Impressions Of London
By J. L. Richesson
It is called Mount Street Gardens. On this September day it is warm and humid. I am sitting on a bench in the shade. At the west end of the gardens is Grosvenor Chapel and the Mayfair Library. At the east end is Immaculate Conception Church. The St. George Hanover Square School borders on the south. On its roof is a weather vane, its points stopped on an east-west axis. School is out for the day; it is nearly four. Released, a boy and girl run past me laughing. Propped against the library building are stone grave markers. These gardens were once a cemetery.
In Belgravia it is a busy, warm, late summer evening. A car drives by with music blaring, “Louie, Louie.” Suddenly, I’m on Alki Beach, summer of1963, instead of walking down Cambridge Street in front of rows of Georgian flats. As I pass each, the bottom flat windows reveal women at their kitchen sinks, each in the same place. Women preparing meals at Number 18, 20, 22, 24, 26. I walk along and see them as if on an assembly line.
Walking past Buckingham Palace, I notice four police lined near the north gate on motorbikes. “Someone’s coming or leaving,” I think. A small crowd had gathered. Just wait a moment. Not long. Soon, whisking past faster than I could focus, the four police on motorbikes lead a dark green station wagon, with someone—a blur—in the back seat, out and away. I see red hair. The crows yells, “Fergie!” and the car speeds away.
Near and in Victoria train station the air has a distinct aroma of travel: heat, exhaust, dust, an untold number of criss-crossing, hurrying bodies. Small eddies of air catching these smells swirl past your nose.
There are parts of London—near Victoria Station is one—where you can smell decadence. In the sense of agedness and decay—decade-ness—not in the sense of licentiousness, although there’s a fine line. It’s there in the stones and brick—psychogeology, as Ian Sinclair calls it. As you pass a church blackened by centuries of soot and grime, the decades of dirt emit an odor. If you take a deep whiff, suddenly you are a medieval citizen of darkest London.

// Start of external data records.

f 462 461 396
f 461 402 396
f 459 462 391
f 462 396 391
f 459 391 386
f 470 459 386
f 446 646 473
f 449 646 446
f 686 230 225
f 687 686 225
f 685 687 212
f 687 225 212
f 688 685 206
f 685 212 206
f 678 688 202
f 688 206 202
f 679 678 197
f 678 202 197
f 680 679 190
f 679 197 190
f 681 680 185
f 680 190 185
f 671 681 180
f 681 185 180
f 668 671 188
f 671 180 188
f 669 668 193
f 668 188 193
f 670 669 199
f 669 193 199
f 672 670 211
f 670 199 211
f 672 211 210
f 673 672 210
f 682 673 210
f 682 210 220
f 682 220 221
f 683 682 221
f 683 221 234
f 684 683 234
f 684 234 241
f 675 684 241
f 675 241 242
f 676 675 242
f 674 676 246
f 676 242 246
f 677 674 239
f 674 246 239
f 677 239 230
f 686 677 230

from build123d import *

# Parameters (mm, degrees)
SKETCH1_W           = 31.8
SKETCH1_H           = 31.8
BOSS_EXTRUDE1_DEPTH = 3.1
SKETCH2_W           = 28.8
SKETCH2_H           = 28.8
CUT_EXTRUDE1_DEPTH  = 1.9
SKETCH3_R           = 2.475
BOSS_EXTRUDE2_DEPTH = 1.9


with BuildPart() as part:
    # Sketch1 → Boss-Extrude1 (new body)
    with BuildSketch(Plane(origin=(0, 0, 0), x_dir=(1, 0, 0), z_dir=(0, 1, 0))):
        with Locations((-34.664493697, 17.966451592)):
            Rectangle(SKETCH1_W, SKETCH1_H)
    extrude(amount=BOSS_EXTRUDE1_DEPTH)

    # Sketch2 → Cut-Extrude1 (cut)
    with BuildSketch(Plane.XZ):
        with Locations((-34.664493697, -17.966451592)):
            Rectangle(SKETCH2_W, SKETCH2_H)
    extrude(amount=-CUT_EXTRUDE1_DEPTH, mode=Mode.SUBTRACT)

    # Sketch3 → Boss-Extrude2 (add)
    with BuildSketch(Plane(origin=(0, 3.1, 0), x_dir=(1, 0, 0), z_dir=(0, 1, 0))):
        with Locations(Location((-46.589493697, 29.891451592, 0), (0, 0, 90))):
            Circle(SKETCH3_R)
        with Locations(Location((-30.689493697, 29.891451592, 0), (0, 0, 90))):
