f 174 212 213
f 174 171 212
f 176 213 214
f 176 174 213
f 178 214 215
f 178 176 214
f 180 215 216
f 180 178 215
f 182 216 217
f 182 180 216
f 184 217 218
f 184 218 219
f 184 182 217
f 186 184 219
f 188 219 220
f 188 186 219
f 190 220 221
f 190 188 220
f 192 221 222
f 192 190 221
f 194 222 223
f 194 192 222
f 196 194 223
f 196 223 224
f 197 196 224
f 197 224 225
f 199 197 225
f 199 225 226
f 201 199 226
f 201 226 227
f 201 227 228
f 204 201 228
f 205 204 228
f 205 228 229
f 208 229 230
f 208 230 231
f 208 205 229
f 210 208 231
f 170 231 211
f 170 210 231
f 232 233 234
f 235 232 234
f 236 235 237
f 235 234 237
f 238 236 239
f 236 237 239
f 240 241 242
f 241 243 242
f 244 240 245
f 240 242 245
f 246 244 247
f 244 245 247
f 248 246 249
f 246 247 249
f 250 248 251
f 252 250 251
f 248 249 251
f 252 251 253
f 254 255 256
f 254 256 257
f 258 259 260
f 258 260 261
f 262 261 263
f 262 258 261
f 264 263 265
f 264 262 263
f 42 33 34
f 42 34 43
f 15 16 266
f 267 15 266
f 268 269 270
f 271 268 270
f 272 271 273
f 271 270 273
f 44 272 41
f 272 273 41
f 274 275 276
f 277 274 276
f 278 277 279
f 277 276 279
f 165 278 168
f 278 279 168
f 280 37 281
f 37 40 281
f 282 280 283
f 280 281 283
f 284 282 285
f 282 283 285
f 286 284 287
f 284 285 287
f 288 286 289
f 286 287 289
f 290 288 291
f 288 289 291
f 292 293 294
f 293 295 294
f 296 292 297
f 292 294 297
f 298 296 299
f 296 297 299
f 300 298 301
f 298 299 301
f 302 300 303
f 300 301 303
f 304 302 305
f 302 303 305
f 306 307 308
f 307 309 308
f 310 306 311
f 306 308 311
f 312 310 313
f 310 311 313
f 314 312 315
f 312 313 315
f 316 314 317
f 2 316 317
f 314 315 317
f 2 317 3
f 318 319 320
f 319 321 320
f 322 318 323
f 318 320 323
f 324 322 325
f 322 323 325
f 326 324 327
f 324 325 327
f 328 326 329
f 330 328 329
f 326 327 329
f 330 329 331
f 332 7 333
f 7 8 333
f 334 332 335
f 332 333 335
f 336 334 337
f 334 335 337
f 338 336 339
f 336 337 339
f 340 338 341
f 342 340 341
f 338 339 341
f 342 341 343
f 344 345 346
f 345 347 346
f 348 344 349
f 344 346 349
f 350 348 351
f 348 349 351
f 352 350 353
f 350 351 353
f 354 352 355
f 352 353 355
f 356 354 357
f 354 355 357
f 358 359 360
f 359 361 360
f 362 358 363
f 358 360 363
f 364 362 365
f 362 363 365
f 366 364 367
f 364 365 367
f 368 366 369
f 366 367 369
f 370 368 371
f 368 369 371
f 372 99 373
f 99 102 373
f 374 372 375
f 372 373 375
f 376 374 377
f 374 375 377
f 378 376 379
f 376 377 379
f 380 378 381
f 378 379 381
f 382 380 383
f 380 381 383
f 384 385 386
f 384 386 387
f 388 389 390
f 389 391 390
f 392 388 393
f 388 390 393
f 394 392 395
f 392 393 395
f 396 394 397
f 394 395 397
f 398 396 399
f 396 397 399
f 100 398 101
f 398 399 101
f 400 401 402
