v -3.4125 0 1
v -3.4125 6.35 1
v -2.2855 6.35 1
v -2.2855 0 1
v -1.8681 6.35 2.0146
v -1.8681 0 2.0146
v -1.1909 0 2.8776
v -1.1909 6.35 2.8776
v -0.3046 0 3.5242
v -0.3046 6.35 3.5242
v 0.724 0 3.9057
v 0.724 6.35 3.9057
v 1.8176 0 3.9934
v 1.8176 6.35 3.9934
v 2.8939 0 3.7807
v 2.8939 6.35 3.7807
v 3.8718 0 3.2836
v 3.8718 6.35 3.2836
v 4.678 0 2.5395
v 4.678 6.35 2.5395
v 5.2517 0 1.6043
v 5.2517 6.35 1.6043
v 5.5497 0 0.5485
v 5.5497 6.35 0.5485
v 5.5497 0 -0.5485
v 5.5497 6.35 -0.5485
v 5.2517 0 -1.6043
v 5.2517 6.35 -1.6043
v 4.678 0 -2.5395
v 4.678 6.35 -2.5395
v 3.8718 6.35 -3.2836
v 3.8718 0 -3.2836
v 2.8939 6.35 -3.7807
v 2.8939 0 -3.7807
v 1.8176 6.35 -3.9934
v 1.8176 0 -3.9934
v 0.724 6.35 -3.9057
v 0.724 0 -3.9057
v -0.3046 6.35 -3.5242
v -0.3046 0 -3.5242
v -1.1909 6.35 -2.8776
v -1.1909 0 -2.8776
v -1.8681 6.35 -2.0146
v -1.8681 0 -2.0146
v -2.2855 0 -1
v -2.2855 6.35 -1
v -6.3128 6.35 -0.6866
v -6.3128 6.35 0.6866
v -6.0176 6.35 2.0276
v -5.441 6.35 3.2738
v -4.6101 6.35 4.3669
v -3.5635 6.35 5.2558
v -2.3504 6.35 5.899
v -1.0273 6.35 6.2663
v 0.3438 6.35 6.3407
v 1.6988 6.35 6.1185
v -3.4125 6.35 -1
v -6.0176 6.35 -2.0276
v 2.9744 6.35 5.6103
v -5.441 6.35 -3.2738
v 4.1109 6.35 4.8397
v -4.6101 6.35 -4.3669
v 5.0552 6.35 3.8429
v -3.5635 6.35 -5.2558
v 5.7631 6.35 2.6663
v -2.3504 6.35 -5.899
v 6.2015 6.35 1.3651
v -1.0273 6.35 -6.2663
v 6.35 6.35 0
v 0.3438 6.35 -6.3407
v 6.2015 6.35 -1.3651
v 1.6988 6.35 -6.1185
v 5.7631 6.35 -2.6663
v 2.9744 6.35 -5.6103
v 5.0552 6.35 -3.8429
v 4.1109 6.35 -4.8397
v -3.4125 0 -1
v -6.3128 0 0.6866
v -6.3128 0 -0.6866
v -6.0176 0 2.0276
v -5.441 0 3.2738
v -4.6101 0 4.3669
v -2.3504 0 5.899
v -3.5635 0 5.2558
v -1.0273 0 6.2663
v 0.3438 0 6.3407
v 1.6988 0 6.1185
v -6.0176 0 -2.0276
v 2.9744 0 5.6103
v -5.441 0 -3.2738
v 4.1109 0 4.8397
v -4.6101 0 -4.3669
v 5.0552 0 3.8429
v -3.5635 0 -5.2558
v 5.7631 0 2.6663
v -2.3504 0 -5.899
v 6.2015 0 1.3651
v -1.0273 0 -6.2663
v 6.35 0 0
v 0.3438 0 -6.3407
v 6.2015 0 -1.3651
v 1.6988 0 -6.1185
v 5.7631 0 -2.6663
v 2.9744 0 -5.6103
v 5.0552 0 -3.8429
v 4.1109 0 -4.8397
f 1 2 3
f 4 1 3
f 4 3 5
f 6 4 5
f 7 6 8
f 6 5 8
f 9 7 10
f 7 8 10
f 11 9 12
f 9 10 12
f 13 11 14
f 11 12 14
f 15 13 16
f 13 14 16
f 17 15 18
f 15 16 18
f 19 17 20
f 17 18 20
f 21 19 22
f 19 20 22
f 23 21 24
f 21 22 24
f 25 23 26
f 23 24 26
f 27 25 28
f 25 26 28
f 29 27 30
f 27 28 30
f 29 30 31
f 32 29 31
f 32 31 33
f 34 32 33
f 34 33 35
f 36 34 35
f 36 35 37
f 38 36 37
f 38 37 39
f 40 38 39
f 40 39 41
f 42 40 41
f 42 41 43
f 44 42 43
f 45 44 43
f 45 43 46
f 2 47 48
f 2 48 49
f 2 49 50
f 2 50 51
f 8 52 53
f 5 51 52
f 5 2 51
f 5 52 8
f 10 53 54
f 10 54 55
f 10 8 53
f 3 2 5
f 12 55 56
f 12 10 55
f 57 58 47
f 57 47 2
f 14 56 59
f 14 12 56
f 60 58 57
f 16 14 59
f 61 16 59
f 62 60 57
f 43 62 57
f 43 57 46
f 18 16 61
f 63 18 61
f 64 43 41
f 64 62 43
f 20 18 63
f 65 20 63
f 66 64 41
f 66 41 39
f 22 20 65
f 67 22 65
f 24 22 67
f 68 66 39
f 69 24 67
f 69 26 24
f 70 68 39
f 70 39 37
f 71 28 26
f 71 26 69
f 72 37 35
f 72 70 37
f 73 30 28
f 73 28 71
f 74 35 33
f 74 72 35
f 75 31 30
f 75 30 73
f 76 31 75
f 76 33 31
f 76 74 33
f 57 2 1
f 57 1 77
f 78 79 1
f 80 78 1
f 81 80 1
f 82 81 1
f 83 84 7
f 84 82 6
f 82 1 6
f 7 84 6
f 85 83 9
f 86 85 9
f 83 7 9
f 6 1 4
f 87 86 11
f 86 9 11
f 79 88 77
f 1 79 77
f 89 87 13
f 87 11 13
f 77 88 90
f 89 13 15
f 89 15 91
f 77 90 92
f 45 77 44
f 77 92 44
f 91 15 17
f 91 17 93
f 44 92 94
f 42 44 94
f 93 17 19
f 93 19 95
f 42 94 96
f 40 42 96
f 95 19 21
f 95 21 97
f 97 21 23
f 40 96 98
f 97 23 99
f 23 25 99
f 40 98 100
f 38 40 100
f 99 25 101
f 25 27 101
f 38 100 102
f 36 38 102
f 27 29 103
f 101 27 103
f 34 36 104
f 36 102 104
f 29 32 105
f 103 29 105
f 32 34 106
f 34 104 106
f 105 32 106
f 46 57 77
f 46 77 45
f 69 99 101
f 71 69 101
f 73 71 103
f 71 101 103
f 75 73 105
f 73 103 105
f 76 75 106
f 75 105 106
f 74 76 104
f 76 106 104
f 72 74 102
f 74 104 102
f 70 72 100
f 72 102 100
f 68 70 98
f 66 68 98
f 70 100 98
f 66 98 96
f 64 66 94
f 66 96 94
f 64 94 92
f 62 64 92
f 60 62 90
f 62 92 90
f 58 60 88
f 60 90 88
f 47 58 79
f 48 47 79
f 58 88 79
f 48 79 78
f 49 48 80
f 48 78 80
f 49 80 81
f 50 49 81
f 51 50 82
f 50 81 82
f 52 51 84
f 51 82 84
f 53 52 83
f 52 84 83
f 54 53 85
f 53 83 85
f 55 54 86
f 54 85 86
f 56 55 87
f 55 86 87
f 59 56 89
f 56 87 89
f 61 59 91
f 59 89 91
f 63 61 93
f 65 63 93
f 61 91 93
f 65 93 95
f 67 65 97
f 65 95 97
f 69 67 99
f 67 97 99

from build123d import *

# Parameters (mm, degrees)
SKETCH1_R           = 6.35
BOSS_EXTRUDE1_DEPTH = 6.35
SKETCH2_R           = 4
CUT_EXTRUDE1_DEPTH  = 6.35
SKETCH3_W           = 2
SKETCH3_H           = 2
CUT_EXTRUDE2_DEPTH  = 6.35


with BuildPart() as part:
    # Sketch1 → Boss-Extrude1 (new body)
    with BuildSketch(Plane(origin=(0, 0, 0), x_dir=(1, 0, 0), z_dir=(0, 1, 0))):
        Circle(SKETCH1_R)
    extrude(amount=BOSS_EXTRUDE1_DEPTH)

    # Sketch2 → Cut-Extrude1 (cut)
    with BuildSketch(Plane(origin=(0, 6.35, 0), x_dir=(1, 0, 0), z_dir=(0, 1, 0))):
        with Locations((1.5875, 0)):
            Circle(SKETCH2_R)
    extrude(amount=-CUT_EXTRUDE1_DEPTH, mode=Mode.SUBTRACT)

    # Sketch3 → Cut-Extrude2 (cut)
    with BuildSketch(Plane(origin=(0, 6.35, 0), x_dir=(1, 0, 0), z_dir=(0, 1, 0))):
        with Locations((-2.4125, 0)):
            Rectangle(SKETCH3_W, SKETCH3_H)
    extrude(amount=-CUT_EXTRUDE2_DEPTH, mode=Mode.SUBTRACT)


solid = part.part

I lay in my room, a guest hotel in Pimlico. It is late night and very hot. Although it is September, London is having a heat wave. I cannot sleep. The air is still, heavy with heat; and a fine layer of perspiration lays on my body, like dew on an apple. Suddenly, a burst of icy air comes through my open window, lifting the curtain and blowing past my head. “What on earth?” I think. I get up and look out the window. The street is still and quiet; nothing is there and the icy air has vanished. In the morning, I hear on the news that an elderly lady living in a flat behind her antique shop only at the end of my block had been murdered in the middle of the night.
You cannot pass a street, close, mews, road or crescent without seeing scaffolding up against a building. Even Buckingham, Kensington and St. James Palaces have scaffolding. They are washing windows, painting stucco fronts or window trim, steam cleaning bricks and granite. Or, they are doing nothing, scaffolding holding only idleness. And so it is ghost scaffolding, giving the air of rejuvenation, unless you look closer.
I met Mrs. Katzin in Victoria Gardens, the small park at the west end of Parliament. We started talking about the birds who were scavenging along the brown banks of the Thames below us. She said they were sea gulls, but they neither looked nor sounded like the sea gulls I’m accustomed to. We went on from there.
Mrs. Katzin had been an actress. She looked like an actress; although undoubtedly in her 70’s, she had taut, flawless skin, mellifluous speech and an easy presence. She had married a Russian Jew and “learned a different side of Europe” in doing so. With him, she traveled to South Africa and Switzerland, where they lived for many years in Lucerne. She is now a widow, and living in mansions in Westminster.
We talked about women traveling alone and widowhood. “You just get on with it,” she said.
“How things have changed,” she said. I said I’d noticed that Londoners didn’t seem as friendly as they had when I was here four years ago.
“Everyone’s apprehensive,” she said. “England entering the European Community. What does it mean? Terrorists. No one is safe. No one seems to know what to do, especially the politicians. People are nervous.”